For the Shifted Rosenbrocks and Shifted Rotated Ackley with Global Optimum on Bounds benchmarks, the error rate and standard deviation were 1.33E−01 ± 7.16E−01 and 2.09E+01 ± 4.67E−02, respectively. ABCDE produced genes without any inferior objective values for both of these functions. The average success rate for ABCDE, with standard deviation, was 1.22E+10±2.46E+10 and −1.76E+04±1.79E+05. For Shifted Rastrigin, Shifted Rotated Rastrigin, Shifted Rotated Weierstrass, Schwefel Problem 2.13, and Shifted Expanded Griewank plus Rosenbrock (F8F2), ABCDE outperformed DE/Best/1, DE/Best/1, and RNDE, respectively. The scores of ABCDE for these five benchmarks were −1.99E+01, −4.99E+01, −1.81E+00, −2.34E+05, and −7.11E, respectively, and the standard deviations are shown in Table 3.

Of all the 13 benchmarks, ABCDE performed best in the Shifted Rotated Expanded Scaffer’s F6 benchmark function, significantly outperforming its counterparts. Compared to its nearest competitor, DE/Best/1, ABCDE achieved an average of 4.48E+15, with a standard deviation of 8.47E+15. Figure 2a,b show the yielded improvement in each iteration for different unimodal and multimodal benchmarks, respectively. The common thing among all is a gradual and rapid decrease between the generated trial vector and the existing target vector. The behavior of ABCDE remained consistent throughout the 100 iterations, and achieved optimal convergence for all benchmark functions.

Figure 2. (a) Improvement rate of shifted unimodal benchmark functions at D = 30 and iter = 100. (b) Improvement rate of shifted multimodal benchmark functions at D = 30 and iter = 100.

By the 100th iteration, ABCDE had the smallest difference between the trial vector and the objective vector. On the other hand, RNDE fluctuated considerably and was still exploring the population by the 100th iteration. For all benchmark functions, the improvement observed in RNDE was minimal. For the Shifted Sphere function, it can be seen that at the start of the process, the difference between the trial vector and the target vector’s values was the greatest. It was almost about 150,000 units. However, with more and more iteration, the difference kept decreasing. The value of the difference reduced to 55,000 for the sixth iteration, but for the seventh iteration, it again jumped to 97,000. This pattern shows that the population had the local optima in it, which was managed well by the ABCDE as it utilized a random selection of clusters for generating donor vectors. For the Shifted Schwefel function, the graph shows that the local optima were induced at about the seventeenth iteration. This was followed by a few smaller local optimal positions in the population, but ABCDE can adapt to the situation accordingly. The graph for Shifted Rotated High Condition Elliptical function shows that the population for this benchmark converged very rapidly without any major local optima. However, for Shifted Schwefel 1.3 with Noise in Fitness function, it is eminent that 100 iterations were not enough for it to converge properly.

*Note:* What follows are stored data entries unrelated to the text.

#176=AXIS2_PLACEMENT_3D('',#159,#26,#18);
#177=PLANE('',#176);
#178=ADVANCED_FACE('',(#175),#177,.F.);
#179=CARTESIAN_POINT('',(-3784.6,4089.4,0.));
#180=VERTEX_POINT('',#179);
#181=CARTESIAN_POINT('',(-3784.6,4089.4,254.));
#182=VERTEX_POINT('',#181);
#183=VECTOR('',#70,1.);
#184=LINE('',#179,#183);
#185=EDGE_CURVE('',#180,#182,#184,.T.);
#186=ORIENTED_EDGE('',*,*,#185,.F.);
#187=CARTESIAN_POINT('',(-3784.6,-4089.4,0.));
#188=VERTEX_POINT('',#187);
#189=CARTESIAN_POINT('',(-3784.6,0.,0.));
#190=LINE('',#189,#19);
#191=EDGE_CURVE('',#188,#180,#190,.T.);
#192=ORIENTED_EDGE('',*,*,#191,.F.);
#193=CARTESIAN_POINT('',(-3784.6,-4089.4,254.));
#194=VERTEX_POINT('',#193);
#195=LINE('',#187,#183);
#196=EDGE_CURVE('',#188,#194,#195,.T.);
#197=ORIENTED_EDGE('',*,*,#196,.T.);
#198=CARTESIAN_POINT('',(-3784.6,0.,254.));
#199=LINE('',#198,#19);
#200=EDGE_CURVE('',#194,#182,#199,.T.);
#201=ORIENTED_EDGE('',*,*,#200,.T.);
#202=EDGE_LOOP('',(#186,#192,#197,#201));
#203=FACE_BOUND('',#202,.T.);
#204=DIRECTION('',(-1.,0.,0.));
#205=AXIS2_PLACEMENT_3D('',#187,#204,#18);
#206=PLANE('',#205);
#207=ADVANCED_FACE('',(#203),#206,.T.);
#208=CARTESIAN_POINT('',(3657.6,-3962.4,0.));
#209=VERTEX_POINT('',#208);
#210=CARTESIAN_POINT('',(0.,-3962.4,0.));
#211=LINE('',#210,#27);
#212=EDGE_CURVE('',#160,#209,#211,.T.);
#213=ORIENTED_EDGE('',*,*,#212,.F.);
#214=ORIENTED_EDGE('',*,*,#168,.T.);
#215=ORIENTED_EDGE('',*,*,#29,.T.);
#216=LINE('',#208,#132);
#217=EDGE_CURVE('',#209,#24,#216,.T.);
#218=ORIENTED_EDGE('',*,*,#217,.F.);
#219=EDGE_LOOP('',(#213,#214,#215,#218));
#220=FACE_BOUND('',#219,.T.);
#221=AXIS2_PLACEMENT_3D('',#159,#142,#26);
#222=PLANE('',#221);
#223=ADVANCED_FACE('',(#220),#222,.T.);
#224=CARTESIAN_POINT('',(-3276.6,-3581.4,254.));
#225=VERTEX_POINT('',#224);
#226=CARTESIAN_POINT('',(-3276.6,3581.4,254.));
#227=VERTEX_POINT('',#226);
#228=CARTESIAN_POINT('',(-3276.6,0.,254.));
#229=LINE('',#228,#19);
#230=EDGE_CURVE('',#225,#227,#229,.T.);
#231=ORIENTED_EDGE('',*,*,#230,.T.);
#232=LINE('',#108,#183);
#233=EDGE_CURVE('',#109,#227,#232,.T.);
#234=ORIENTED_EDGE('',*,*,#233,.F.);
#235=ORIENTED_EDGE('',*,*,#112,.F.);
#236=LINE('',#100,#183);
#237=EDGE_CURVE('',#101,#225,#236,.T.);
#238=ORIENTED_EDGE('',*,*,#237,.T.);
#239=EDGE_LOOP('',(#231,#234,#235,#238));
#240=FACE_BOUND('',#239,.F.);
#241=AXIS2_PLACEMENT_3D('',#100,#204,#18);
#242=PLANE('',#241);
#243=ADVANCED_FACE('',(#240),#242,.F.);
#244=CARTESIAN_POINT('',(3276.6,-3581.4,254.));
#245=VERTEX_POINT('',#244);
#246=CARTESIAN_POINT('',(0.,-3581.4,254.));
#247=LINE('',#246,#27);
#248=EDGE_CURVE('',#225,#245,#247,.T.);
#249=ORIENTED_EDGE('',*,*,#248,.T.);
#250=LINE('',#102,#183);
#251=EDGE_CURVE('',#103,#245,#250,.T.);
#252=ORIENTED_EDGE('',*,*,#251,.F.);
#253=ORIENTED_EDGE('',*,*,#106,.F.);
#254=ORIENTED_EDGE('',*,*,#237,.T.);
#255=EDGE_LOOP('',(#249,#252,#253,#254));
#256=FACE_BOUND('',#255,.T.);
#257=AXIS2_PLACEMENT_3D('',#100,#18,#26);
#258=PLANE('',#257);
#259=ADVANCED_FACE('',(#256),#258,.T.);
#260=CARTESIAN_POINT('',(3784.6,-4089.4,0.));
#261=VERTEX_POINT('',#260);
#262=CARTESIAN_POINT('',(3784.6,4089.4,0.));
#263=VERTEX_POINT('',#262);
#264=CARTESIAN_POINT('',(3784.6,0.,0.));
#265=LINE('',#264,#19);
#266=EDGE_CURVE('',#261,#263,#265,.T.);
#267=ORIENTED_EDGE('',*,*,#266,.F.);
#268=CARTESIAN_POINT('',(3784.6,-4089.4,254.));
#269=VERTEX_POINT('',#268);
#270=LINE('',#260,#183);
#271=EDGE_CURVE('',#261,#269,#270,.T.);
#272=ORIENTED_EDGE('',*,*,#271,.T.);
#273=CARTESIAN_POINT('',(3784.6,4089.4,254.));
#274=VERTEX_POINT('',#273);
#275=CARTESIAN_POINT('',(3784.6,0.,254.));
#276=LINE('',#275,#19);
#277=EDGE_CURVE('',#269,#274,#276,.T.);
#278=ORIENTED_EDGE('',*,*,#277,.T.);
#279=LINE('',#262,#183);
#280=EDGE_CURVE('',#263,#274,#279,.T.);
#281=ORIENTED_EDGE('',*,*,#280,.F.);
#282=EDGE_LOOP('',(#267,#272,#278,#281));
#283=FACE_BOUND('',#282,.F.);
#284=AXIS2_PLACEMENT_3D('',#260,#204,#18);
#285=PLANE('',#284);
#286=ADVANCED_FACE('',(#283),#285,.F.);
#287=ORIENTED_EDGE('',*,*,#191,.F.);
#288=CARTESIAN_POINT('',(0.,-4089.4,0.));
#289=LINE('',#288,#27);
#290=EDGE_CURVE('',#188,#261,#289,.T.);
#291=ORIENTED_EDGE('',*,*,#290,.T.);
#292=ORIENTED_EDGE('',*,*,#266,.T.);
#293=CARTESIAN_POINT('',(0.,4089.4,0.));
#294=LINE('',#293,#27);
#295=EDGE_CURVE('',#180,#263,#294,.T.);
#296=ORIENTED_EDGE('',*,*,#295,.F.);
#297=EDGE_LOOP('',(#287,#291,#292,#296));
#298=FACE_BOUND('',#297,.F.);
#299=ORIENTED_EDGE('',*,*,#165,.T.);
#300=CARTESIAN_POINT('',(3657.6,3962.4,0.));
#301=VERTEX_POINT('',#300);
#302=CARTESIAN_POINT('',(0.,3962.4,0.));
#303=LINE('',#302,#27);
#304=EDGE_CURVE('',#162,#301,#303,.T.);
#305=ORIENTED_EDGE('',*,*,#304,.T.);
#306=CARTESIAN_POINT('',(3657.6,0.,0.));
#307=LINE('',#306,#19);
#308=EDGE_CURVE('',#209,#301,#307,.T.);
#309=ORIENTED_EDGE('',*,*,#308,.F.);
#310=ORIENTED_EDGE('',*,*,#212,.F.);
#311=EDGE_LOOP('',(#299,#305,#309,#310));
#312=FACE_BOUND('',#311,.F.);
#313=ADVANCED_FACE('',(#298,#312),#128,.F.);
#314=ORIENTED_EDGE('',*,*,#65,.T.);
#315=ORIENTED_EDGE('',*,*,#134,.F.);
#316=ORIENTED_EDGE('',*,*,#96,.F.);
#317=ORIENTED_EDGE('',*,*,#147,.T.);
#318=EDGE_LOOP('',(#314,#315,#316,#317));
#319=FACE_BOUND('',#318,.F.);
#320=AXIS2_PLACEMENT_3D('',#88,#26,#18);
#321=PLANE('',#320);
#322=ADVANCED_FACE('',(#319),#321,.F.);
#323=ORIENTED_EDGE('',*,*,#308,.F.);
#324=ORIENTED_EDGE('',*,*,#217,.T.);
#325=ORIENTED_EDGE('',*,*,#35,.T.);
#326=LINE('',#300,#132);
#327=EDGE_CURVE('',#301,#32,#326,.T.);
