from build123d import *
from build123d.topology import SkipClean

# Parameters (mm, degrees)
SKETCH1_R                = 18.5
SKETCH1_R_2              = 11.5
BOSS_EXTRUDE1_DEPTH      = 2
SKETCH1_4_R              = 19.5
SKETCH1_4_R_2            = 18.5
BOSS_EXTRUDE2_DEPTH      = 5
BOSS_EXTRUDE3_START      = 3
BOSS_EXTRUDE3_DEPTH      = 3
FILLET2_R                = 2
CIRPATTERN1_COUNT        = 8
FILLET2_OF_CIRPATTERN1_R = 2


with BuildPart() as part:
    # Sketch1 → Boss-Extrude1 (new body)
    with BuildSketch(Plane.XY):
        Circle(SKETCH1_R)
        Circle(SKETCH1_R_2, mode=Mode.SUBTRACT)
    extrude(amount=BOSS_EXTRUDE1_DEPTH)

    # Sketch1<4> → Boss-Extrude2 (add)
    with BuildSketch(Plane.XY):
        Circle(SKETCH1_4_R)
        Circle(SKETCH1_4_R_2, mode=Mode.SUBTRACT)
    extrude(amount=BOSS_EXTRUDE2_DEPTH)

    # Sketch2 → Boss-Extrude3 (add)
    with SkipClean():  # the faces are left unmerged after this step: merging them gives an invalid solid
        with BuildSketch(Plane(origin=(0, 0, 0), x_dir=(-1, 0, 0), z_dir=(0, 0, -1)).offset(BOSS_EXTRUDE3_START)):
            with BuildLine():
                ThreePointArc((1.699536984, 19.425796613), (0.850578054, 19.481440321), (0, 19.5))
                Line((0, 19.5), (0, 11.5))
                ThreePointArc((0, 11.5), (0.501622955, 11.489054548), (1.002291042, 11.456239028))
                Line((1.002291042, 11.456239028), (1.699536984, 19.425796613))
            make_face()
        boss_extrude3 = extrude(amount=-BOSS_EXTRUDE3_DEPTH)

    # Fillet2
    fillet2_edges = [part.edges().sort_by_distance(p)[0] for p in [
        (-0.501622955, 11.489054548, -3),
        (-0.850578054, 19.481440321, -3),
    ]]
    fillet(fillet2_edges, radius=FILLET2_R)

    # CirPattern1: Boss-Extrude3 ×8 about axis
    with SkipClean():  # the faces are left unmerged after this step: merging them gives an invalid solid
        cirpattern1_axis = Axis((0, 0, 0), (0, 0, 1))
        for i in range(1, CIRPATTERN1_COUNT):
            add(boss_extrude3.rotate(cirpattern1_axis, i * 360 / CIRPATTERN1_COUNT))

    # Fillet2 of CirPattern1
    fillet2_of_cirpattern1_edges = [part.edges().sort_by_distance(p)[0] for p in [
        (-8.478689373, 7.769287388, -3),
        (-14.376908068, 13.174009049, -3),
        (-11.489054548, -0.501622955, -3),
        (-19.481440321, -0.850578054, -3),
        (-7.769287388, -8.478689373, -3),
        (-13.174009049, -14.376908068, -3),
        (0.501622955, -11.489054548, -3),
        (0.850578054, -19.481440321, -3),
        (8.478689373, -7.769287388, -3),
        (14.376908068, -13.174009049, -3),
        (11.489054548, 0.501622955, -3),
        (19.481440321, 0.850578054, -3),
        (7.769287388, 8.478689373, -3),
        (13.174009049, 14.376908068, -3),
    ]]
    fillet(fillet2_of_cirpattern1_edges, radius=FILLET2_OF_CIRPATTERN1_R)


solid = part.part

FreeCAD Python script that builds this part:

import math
import FreeCAD as App
import Part
import Sketcher
from FreeCAD import Vector
Q = App.Units.Quantity


def edges_at(feature, points):
    """Names of the edges that pass closest to the given points."""
    edges = feature.Shape.Edges
    near = lambda p: min(range(len(edges)), key=lambda i: edges[i].distToShape(Part.Vertex(*p))[0])
    return sorted({f"Edge{near(p) + 1}" for p in points})

doc = App.newDocument("Part")
body = doc.addObject("PartDesign::Body", "Body")

# Sketch on XY plane
sketch1 = doc.addObject("Sketcher::SketchObject", "Sketch")
body.addObject(sketch1)
sketch1.AttachmentSupport = (doc.XY_Plane, [""])
sketch1.MapMode = "FlatFace"
sketch1.addGeometry(Part.Circle(Vector(0, 0, 0), Vector(0, 0, 1), 18), False)
sketch1.addGeometry(Part.Circle(Vector(0, 0, 0), Vector(0, 0, 1), 12), False)
sketch1.addConstraint(Sketcher.Constraint("Coincident", 0, 3, -1, 1))
sketch1.addConstraint(Sketcher.Constraint("Coincident", 1, 3, -1, 1))
sketch1.addConstraint(Sketcher.Constraint("Diameter", 0, Q("37 mm")))
sketch1.addConstraint(Sketcher.Constraint("Diameter", 1, Q("23 mm")))
pad1 = doc.addObject("PartDesign::Pad", "Pad")
body.addObject(pad1)
pad1.Profile = sketch1
pad1.Length = 2

# Sketch on XY plane
sketch2 = doc.addObject("Sketcher::SketchObject", "Sketch001")
body.addObject(sketch2)
sketch2.AttachmentSupport = (doc.XY_Plane, [""])
sketch2.MapMode = "FlatFace"
sketch2.addGeometry(Part.Circle(Vector(0, 0, 0), Vector(0, 0, 1), 20), False)
sketch2.addGeometry(Part.Circle(Vector(0, 0, 0), Vector(0, 0, 1), 18), False)
sketch2.addConstraint(Sketcher.Constraint("Coincident", 0, 3, -1, 1))
sketch2.addConstraint(Sketcher.Constraint("Coincident", 1, 3, -1, 1))
sketch2.addConstraint(Sketcher.Constraint("Diameter", 0, Q("39 mm")))
sketch2.addConstraint(Sketcher.Constraint("Diameter", 1, Q("37 mm")))
pad2 = doc.addObject("PartDesign::Pad", "Pad001")
body.addObject(pad2)
pad2.Profile = sketch2
pad2.Length = 5

# Sketch on XY plane
sketch3 = doc.addObject("Sketcher::SketchObject", "Sketch002")
body.addObject(sketch3)
sketch3.AttachmentSupport = (doc.XY_Plane, [""])
sketch3.MapMode = "FlatFace"
sketch3.AttachmentOffset = App.Placement(Vector(0, 0, -3), App.Rotation())
sketch3.addGeometry(Part.ArcOfCircle(Part.Circle(Vector(0, 0, 0), Vector(0, 0, 1), 19.5), math.radians(90), math.radians(95)), False)
sketch3.addGeometry(Part.LineSegment(Vector(0, 19.5, 0), Vector(0, 11.5, 0)), False)
sketch3.addGeometry(Part.ArcOfCircle(Part.Circle(Vector(0, 0, 0), Vector(0, 0, 1), 11.5), math.radians(90), math.radians(95)), False)
sketch3.addGeometry(Part.LineSegment(Vector(-1, 11.5, 0), Vector(-1.7, 19.4, 0)), False)
sketch3.addConstraint(Sketcher.Constraint("Coincident", 0, 1, 1, 1))
sketch3.addConstraint(Sketcher.Constraint("Coincident", 1, 2, 2, 1))
sketch3.addConstraint(Sketcher.Constraint("Coincident", 2, 2, 3, 1))
sketch3.addConstraint(Sketcher.Constraint("Coincident", 3, 2, 0, 2))
sketch3.addConstraint(Sketcher.Constraint("Vertical", 1))
sketch3.addConstraint(Sketcher.Constraint("Coincident", 0, 3, -1, 1))
sketch3.addConstraint(Sketcher.Constraint("Coincident", 2, 3, -1, 1))
sketch3.addConstraint(Sketcher.Constraint("PointOnObject", 0, 1, -2))
sketch3.addConstraint(Sketcher.Constraint("Radius", 0, Q("19.5 mm")))
sketch3.addConstraint(Sketcher.Constraint("Radius", 2, Q("11.5 mm")))
sketch3.addConstraint(Sketcher.Constraint("Angle", 3, Q("95 deg")))
sketch3.addConstraint(Sketcher.Constraint("DistanceX", 2, 2, -1, 1, Q("1.002291 mm")))
pad3 = doc.addObject("PartDesign::Pad", "Pad002")
body.addObject(pad3)
pad3.Profile = sketch3
pad3.Length = 3
doc.recompute()

fillet = doc.addObject("PartDesign::Fillet", "Fillet")
body.addObject(fillet)
fillet.Base = (pad3, edges_at(pad3, [(-0.502, 11.489, -3), (-0.851, 19.481, -3)]))
fillet.Radius = 2
doc.recompute()

polarpattern = doc.addObject("PartDesign::PolarPattern", "PolarPattern")
body.addObject(polarpattern)
polarpattern.Originals = [pad3]
polarpattern.Axis = (doc.Z_Axis, [""])
polarpattern.Angle = 360
polarpattern.Occurrences = 8
body.Tip = polarpattern
doc.recompute()

fillet2 = doc.addObject("PartDesign::Fillet", "Fillet001")
body.addObject(fillet2)
fillet2.Base = (polarpattern, edges_at(polarpattern, [
    (-8.479, 7.769, -3),
    (-14.377, 13.174, -3),
    (-11.489, -0.502, -3),
    (-19.481, -0.851, -3),
    (-7.769, -8.479, -3),
    (-13.174, -14.377, -3),
    (0.502, -11.489, -3),
    (0.851, -19.481, -3),
    (8.479, -7.769, -3),
    (14.377, -13.174, -3),
    (11.489, 0.502, -3),
    (19.481, 0.851, -3),
    (7.769, 8.479, -3),
    (13.174, 14.377, -3),
]))
fillet2.Radius = 2

doc.recompute()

It started with little difference between the calculated and actual values, but with time, the difference became wider by the end of 100 iterations. Certainly, this function required more iterations to converge to any stable point. The pattern of convergence was identical for most of the unimodal and multimodal benchmarks. For Shifted Rotated Ackley function, the pattern was very polarized. In a few iterations, the difference between the offspring vector and the existing vector was at the very minimum, but suddenly in the next iteration, it reached a new high point. This validates the opinion that the generated population was very complex and had many local optima in it. For all of the unimodal and multimodal functions, the initial population is clustered into K number of clusters before applying the mutation procedure.

The clustering of population groups together the most similar genes in the entire population, and hence the chance of becoming trapped in local optima are reduced. Furthermore, at each iteration, if the trial vector is to replace the target vector, it is inserted into a proper cluster predicted by the agglomerative clustering mechanism. This is the reason why the population converged quite rapidly for each of the benchmark functions. The self-adaptive feature ensured the inclusion of only better genes into the population at each iteration. At each insertion, the population is refreshed for the number of candidate genes in the population, and also the clusters are re-ranked. Once a new gene is inserted into the relevant cluster, it is sorted again.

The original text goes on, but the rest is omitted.